The really interesting question is what happens to Lifetime, WGN America, OWN, USA and all the other channels who were relatively new to scripted a few years ago and are still keeping up with vastly mixed results. This tier – and there are plenty of others on it – is the one with the most erosion ahead. One or more may get out of scripted all together like We TV (which is, whether you think so or not, a pretty huge entity). It ramped up and then out (unless it’s not completely out, which also wouldn’t be surprising).
All the other middle tiers that have good shows, but don’t have the long-term track record of a (new) reputation to fall back on when their shows either go sideways or brighter lights pop up elsewhere for viewers, are in real trouble. Decisions about changing course will absolutely be on the table, sooner rather than later. Keeping an eye on their brand reinventions or retrenchment will be intriguing in the next few years.

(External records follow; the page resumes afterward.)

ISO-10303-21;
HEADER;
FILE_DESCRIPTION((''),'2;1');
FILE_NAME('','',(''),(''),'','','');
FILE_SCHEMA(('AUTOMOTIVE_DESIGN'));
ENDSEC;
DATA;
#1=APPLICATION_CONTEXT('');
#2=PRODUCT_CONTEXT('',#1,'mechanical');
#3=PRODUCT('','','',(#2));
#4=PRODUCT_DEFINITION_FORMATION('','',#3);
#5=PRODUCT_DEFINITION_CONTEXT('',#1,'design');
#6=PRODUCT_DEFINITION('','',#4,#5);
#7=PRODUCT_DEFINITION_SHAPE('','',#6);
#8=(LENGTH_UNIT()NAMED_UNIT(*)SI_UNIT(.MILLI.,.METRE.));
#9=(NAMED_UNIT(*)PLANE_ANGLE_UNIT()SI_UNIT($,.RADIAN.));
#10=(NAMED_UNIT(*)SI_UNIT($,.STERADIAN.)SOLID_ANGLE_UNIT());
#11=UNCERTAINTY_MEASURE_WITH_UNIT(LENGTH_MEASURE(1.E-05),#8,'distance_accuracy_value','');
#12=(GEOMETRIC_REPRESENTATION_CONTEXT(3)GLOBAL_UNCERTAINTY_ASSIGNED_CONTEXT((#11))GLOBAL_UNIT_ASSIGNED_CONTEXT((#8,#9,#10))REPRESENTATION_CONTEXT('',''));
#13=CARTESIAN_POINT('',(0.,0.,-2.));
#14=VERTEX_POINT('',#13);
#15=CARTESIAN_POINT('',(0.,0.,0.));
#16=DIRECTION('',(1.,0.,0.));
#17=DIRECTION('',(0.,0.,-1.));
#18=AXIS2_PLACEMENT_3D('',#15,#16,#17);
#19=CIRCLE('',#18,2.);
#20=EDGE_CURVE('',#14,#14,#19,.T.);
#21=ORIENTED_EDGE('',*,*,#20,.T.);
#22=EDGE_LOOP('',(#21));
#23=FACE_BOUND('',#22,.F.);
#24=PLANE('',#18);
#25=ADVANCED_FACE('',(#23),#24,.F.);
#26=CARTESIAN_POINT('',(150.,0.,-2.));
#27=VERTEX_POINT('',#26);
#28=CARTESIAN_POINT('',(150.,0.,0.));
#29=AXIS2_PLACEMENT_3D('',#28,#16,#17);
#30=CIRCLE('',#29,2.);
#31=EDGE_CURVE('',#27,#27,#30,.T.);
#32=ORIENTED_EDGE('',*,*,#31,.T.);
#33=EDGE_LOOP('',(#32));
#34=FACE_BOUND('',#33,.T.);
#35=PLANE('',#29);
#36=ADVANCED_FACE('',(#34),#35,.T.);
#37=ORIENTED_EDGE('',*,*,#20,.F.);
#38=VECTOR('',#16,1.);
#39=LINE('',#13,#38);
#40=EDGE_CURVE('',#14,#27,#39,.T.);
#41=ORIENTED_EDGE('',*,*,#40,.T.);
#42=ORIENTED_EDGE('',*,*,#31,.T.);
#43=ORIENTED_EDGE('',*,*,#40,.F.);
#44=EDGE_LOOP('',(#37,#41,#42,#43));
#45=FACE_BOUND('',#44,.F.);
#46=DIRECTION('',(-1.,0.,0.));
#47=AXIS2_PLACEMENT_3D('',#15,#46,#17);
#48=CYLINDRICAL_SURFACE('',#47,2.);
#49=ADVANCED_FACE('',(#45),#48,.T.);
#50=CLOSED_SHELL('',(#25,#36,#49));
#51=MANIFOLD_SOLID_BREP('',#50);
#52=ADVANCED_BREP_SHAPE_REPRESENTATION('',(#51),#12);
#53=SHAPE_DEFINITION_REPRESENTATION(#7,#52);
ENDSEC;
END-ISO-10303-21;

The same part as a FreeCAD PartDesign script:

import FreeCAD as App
import Part
import Sketcher
Q = App.Units.Quantity

doc = App.newDocument("Part")
body = doc.addObject("PartDesign::Body", "Body")

# Sketch on YZ plane
sketch1 = body.newObject("Sketcher::SketchObject", "Sketch")
sketch1.AttachmentSupport = (doc.getObject("YZ_Plane"), [""])
sketch1.MapMode = "FlatFace"
sketch1.addGeometry(Part.Circle(App.Vector(0, 0, 0), App.Vector(0, 0, 1), 2), False)
sketch1.addConstraint(Sketcher.Constraint("Coincident", 0, 3, -1, 1))
sketch1.addConstraint(Sketcher.Constraint("Diameter", 0, Q("4 mm")))
pad1 = body.newObject("PartDesign::Pad", "Pad")
pad1.Profile = sketch1
pad1.Length = 150

doc.recompute()
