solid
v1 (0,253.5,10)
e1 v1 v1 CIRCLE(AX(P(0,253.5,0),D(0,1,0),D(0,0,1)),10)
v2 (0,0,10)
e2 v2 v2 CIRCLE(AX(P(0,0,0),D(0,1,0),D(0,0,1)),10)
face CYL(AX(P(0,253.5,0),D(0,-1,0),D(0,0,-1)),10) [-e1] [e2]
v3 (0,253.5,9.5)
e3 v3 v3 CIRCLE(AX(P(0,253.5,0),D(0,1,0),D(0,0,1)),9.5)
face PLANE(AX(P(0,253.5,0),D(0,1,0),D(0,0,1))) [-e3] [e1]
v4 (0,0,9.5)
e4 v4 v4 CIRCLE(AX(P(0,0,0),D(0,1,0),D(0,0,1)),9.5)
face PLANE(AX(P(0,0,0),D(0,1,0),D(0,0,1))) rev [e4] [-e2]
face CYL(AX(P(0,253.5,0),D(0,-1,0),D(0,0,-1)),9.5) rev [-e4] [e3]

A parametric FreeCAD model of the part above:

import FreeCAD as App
import Part
import Sketcher
Q = App.Units.Quantity

doc = App.newDocument("Part")
body = doc.addObject("PartDesign::Body", "Body")

# Sketch on XZ plane
sketch1 = body.newObject("Sketcher::SketchObject", "Sketch")
sketch1.AttachmentSupport = (doc.getObject("XZ_Plane"), [""])
sketch1.MapMode = "FlatFace"
sketch1.addGeometry([
    Part.Circle(App.Vector(0, 0, 0), App.Vector(0, 0, 1), 10),
    Part.Circle(App.Vector(0, 0, 0), App.Vector(0, 0, 1), 10),
], False)
sketch1.addConstraint([
    Sketcher.Constraint("Coincident", 0, 3, -1, 1),
    Sketcher.Constraint("Coincident", 1, 3, -1, 1),
    Sketcher.Constraint("Diameter", 0, Q("20 mm")),
    Sketcher.Constraint("Diameter", 1, Q("19 mm")),
])
pad1 = body.newObject("PartDesign::Pad", "Pad")
pad1.Profile = sketch1
pad1.Length = 253.5
pad1.Reversed = True

doc.recompute()
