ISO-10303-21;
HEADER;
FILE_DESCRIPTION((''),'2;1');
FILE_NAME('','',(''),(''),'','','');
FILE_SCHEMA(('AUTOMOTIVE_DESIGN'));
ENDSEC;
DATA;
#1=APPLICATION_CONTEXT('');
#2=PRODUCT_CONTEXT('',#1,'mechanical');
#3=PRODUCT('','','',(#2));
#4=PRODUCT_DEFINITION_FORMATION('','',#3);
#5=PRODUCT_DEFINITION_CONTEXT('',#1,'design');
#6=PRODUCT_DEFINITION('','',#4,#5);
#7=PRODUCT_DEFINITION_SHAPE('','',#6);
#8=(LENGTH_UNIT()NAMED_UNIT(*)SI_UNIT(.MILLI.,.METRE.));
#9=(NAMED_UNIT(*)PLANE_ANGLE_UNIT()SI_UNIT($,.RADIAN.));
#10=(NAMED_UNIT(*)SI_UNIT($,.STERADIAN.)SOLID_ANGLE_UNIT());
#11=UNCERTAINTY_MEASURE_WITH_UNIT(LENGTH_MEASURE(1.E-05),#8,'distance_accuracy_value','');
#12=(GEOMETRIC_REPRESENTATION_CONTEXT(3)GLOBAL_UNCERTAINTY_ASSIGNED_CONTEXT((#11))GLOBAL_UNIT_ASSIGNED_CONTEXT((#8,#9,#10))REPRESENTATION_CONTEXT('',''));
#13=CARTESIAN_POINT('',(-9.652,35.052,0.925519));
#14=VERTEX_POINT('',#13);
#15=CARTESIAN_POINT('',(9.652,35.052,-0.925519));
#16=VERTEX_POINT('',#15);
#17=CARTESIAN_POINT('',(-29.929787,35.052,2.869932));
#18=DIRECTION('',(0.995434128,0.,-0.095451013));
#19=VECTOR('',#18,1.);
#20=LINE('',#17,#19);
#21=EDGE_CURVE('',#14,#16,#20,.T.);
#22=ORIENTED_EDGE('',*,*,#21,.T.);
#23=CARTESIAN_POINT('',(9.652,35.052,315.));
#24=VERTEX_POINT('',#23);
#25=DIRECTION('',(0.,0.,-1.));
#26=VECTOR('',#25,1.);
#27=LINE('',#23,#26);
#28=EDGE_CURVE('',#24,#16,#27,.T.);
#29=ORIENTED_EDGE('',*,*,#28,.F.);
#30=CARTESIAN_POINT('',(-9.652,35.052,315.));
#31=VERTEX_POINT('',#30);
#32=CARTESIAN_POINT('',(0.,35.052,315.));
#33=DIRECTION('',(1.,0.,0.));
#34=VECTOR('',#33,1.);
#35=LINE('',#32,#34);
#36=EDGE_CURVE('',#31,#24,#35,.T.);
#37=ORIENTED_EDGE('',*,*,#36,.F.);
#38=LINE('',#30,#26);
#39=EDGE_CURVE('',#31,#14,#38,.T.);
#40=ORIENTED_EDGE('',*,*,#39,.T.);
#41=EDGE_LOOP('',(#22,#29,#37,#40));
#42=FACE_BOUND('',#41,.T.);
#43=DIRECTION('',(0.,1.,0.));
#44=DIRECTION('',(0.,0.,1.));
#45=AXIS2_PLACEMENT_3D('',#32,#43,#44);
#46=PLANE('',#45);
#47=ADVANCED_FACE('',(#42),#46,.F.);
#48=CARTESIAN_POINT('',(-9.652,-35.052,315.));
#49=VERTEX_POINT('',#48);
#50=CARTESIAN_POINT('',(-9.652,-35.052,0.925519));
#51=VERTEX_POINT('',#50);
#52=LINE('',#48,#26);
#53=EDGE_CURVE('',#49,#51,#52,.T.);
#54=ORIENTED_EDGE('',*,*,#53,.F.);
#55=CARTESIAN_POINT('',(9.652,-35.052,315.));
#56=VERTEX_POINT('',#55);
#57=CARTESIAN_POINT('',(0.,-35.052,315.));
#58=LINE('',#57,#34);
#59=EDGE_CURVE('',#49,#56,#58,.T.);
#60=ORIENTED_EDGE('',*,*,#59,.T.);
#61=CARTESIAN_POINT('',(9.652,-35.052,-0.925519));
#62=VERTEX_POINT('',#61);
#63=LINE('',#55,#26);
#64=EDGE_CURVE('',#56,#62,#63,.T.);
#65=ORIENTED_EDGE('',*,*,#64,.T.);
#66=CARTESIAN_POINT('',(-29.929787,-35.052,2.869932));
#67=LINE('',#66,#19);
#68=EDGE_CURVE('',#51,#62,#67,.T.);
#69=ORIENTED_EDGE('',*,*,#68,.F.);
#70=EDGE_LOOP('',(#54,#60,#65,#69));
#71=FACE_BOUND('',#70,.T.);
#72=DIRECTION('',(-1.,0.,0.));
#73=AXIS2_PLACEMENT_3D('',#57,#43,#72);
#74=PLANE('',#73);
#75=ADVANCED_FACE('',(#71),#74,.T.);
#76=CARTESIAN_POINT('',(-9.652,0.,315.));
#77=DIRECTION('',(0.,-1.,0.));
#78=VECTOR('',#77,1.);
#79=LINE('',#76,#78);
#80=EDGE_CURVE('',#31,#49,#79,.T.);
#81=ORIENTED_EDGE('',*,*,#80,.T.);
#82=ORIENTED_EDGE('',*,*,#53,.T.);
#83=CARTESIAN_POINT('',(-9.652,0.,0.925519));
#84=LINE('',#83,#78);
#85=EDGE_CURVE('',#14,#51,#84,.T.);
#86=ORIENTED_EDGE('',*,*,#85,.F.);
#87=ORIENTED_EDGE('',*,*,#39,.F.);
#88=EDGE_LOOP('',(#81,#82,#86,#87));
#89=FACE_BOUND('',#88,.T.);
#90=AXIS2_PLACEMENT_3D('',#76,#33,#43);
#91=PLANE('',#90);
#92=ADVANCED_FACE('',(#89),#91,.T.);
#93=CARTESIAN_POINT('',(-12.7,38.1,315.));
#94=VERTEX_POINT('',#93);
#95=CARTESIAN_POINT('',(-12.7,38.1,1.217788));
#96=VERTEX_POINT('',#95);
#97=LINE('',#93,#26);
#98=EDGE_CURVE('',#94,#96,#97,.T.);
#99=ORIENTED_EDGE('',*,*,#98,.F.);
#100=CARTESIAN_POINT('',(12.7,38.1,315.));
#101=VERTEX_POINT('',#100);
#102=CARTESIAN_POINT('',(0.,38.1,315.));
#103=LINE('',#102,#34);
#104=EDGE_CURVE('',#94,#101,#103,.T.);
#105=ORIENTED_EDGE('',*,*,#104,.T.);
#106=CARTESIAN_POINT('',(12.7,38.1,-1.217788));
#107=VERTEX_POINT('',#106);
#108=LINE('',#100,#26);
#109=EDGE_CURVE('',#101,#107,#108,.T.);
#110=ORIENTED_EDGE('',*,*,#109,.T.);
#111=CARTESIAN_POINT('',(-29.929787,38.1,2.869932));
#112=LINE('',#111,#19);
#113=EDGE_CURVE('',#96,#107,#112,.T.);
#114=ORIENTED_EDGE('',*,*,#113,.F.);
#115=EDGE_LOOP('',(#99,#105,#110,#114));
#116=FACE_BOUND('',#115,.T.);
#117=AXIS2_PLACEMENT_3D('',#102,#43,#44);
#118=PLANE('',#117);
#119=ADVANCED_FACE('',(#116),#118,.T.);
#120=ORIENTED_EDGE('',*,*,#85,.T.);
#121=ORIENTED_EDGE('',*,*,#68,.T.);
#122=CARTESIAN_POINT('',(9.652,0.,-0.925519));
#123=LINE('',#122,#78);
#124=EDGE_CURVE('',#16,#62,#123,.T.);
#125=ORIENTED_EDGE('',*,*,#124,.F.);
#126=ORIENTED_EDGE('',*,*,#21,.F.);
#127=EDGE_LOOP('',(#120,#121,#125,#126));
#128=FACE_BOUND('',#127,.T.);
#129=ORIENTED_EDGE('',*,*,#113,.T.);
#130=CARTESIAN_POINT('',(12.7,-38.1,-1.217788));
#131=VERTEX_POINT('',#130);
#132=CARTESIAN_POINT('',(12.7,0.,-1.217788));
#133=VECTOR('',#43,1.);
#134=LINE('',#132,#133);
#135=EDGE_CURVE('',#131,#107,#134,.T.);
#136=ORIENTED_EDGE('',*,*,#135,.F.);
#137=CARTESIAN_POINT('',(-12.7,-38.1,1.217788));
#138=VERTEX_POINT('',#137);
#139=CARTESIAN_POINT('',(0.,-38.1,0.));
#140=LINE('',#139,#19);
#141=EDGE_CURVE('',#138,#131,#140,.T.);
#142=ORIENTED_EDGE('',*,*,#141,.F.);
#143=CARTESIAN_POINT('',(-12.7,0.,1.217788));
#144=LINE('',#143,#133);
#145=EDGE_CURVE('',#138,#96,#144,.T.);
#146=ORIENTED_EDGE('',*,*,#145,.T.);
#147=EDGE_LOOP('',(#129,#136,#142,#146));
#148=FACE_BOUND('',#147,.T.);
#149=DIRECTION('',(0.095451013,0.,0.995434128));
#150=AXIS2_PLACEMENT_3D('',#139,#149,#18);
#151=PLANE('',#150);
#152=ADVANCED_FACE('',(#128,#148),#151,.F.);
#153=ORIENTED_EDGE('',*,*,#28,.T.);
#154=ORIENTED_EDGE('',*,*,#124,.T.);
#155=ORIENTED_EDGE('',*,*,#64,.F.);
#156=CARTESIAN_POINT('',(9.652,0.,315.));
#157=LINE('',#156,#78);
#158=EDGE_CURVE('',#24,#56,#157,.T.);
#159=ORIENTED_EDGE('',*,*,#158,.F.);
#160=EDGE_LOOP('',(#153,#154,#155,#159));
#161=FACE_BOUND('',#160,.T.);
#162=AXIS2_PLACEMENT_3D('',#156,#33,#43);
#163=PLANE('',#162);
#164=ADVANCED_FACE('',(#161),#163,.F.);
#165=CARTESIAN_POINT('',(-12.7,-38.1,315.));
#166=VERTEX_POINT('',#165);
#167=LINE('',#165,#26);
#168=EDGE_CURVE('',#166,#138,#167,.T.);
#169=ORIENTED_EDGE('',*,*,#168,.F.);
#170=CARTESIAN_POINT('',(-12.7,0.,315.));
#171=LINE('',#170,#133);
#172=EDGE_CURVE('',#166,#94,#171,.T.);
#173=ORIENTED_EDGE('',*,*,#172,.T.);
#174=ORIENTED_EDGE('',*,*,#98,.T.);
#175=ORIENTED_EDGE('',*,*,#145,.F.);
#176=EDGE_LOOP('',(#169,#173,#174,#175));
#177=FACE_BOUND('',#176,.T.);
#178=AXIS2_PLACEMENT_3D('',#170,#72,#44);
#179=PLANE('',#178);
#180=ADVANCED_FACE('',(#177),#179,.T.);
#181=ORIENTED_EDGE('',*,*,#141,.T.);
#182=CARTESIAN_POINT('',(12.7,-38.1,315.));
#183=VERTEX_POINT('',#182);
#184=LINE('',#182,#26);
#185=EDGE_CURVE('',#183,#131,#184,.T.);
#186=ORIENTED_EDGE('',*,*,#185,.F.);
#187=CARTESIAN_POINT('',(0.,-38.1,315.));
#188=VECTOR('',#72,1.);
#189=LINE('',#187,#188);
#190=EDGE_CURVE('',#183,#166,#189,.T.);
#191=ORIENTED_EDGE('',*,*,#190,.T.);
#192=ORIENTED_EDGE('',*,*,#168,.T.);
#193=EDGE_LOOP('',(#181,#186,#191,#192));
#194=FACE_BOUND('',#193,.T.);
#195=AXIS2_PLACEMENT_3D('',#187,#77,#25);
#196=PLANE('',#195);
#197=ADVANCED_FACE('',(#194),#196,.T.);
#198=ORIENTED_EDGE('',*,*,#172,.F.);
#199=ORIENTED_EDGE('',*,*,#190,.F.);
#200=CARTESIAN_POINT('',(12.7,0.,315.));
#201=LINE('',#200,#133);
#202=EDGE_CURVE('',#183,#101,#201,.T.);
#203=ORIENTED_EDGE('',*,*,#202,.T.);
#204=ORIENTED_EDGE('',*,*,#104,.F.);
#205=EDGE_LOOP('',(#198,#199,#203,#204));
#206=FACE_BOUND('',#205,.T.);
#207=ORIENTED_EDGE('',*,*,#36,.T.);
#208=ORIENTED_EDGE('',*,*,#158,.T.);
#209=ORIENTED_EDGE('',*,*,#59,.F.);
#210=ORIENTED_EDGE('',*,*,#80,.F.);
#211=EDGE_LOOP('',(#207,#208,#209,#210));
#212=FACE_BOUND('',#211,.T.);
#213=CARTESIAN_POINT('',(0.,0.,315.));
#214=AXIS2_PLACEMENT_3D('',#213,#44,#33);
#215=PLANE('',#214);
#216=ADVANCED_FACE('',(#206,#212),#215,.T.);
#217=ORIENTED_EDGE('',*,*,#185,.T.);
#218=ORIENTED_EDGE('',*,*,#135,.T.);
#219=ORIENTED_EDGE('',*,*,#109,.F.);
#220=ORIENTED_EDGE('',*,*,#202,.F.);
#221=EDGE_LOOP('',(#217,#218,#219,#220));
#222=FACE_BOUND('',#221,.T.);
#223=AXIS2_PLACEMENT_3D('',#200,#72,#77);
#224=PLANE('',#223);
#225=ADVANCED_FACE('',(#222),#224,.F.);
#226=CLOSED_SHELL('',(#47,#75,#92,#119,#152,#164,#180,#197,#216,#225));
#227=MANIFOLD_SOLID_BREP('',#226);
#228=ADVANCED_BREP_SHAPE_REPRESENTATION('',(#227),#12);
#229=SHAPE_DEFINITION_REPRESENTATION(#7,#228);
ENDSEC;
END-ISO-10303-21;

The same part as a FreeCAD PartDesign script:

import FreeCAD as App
import Part
import Sketcher
Q = App.Units.Quantity

doc = App.newDocument("Part")
body = doc.addObject("PartDesign::Body", "Body")

sketch1 = body.newObject("Sketcher::SketchObject", "Sketch")
sketch1.AttachmentSupport = (doc.getObject("XY_Plane"), [""])
sketch1.MapMode = "FlatFace"
sketch1.addGeometry(Part.LineSegment(App.Vector(12.7, 38.1, 0), App.Vector(-12.7, 38.1, 0)), False)
sketch1.addGeometry(Part.LineSegment(App.Vector(-12.7, 38.1, 0), App.Vector(-12.7, -38.1, 0)), False)
sketch1.addGeometry(Part.LineSegment(App.Vector(-12.7, -38.1, 0), App.Vector(12.7, -38.1, 0)), False)
sketch1.addGeometry(Part.LineSegment(App.Vector(12.7, -38.1, 0), App.Vector(12.7, 38.1, 0)), False)
sketch1.addGeometry(Part.LineSegment(App.Vector(-9.652, 35.052, 0), App.Vector(9.652, 35.052, 0)), False)
sketch1.addGeometry(Part.LineSegment(App.Vector(9.652, 35.052, 0), App.Vector(9.652, -35.052, 0)), False)
sketch1.addGeometry(Part.LineSegment(App.Vector(9.652, -35.052, 0), App.Vector(-9.652, -35.052, 0)), False)
sketch1.addGeometry(Part.LineSegment(App.Vector(-9.652, -35.052, 0), App.Vector(-9.652, 35.052, 0)), False)
sketch1.addConstraint(Sketcher.Constraint("Coincident", 0, 2, 1, 1))
sketch1.addConstraint(Sketcher.Constraint("Coincident", 1, 2, 2, 1))
sketch1.addConstraint(Sketcher.Constraint("Coincident", 2, 2, 3, 1))
sketch1.addConstraint(Sketcher.Constraint("Coincident", 3, 2, 0, 1))
sketch1.addConstraint(Sketcher.Constraint("Coincident", 4, 2, 5, 1))
sketch1.addConstraint(Sketcher.Constraint("Coincident", 5, 2, 6, 1))
sketch1.addConstraint(Sketcher.Constraint("Coincident", 6, 2, 7, 1))
sketch1.addConstraint(Sketcher.Constraint("Coincident", 7, 2, 4, 1))
sketch1.addConstraint(Sketcher.Constraint("Horizontal", 0))
sketch1.addConstraint(Sketcher.Constraint("Vertical", 1))
sketch1.addConstraint(Sketcher.Constraint("Horizontal", 2))
sketch1.addConstraint(Sketcher.Constraint("Vertical", 3))
sketch1.addConstraint(Sketcher.Constraint("Horizontal", 4))
sketch1.addConstraint(Sketcher.Constraint("Vertical", 5))
sketch1.addConstraint(Sketcher.Constraint("Horizontal", 6))
sketch1.addConstraint(Sketcher.Constraint("Vertical", 7))
sketch1.addConstraint(Sketcher.Constraint("Symmetric", 0, 2, 2, 2, -1, 1))
sketch1.addConstraint(Sketcher.Constraint("Symmetric", 4, 2, 6, 2, -1, 1))
sketch1.addConstraint(Sketcher.Constraint("DistanceX", 0, 2, 0, 1, Q("1 in")))
sketch1.addConstraint(Sketcher.Constraint("DistanceY", 1, 2, 1, 1, Q("3 in")))
sketch1.addConstraint(Sketcher.Constraint("DistanceX", 4, 1, 4, 2, Q("0.76 in")))
sketch1.addConstraint(Sketcher.Constraint("DistanceY", 5, 2, 5, 1, Q("2.76 in")))
pad1 = body.newObject("PartDesign::Pad", "Pad")
pad1.Profile = sketch1
pad1.Length = 315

Of course, the most vulnerable of all cable channels doing scripted are the places like Spike, Pop, Pivot, Esquire, El Rey, etc. – small channels most people either don’t watch or can’t accurately say whether or not they exist in their cable bundle. People pay for a lot of channels they don’t know they have – that’s an old fact. Creating shows that make them aware of the niche channels they are paying for – series that outshine hundreds of others – is not a proven business strategy, which is a new fact. At least for television.
The winnowing is coming. Your only hope of surviving it is your brand.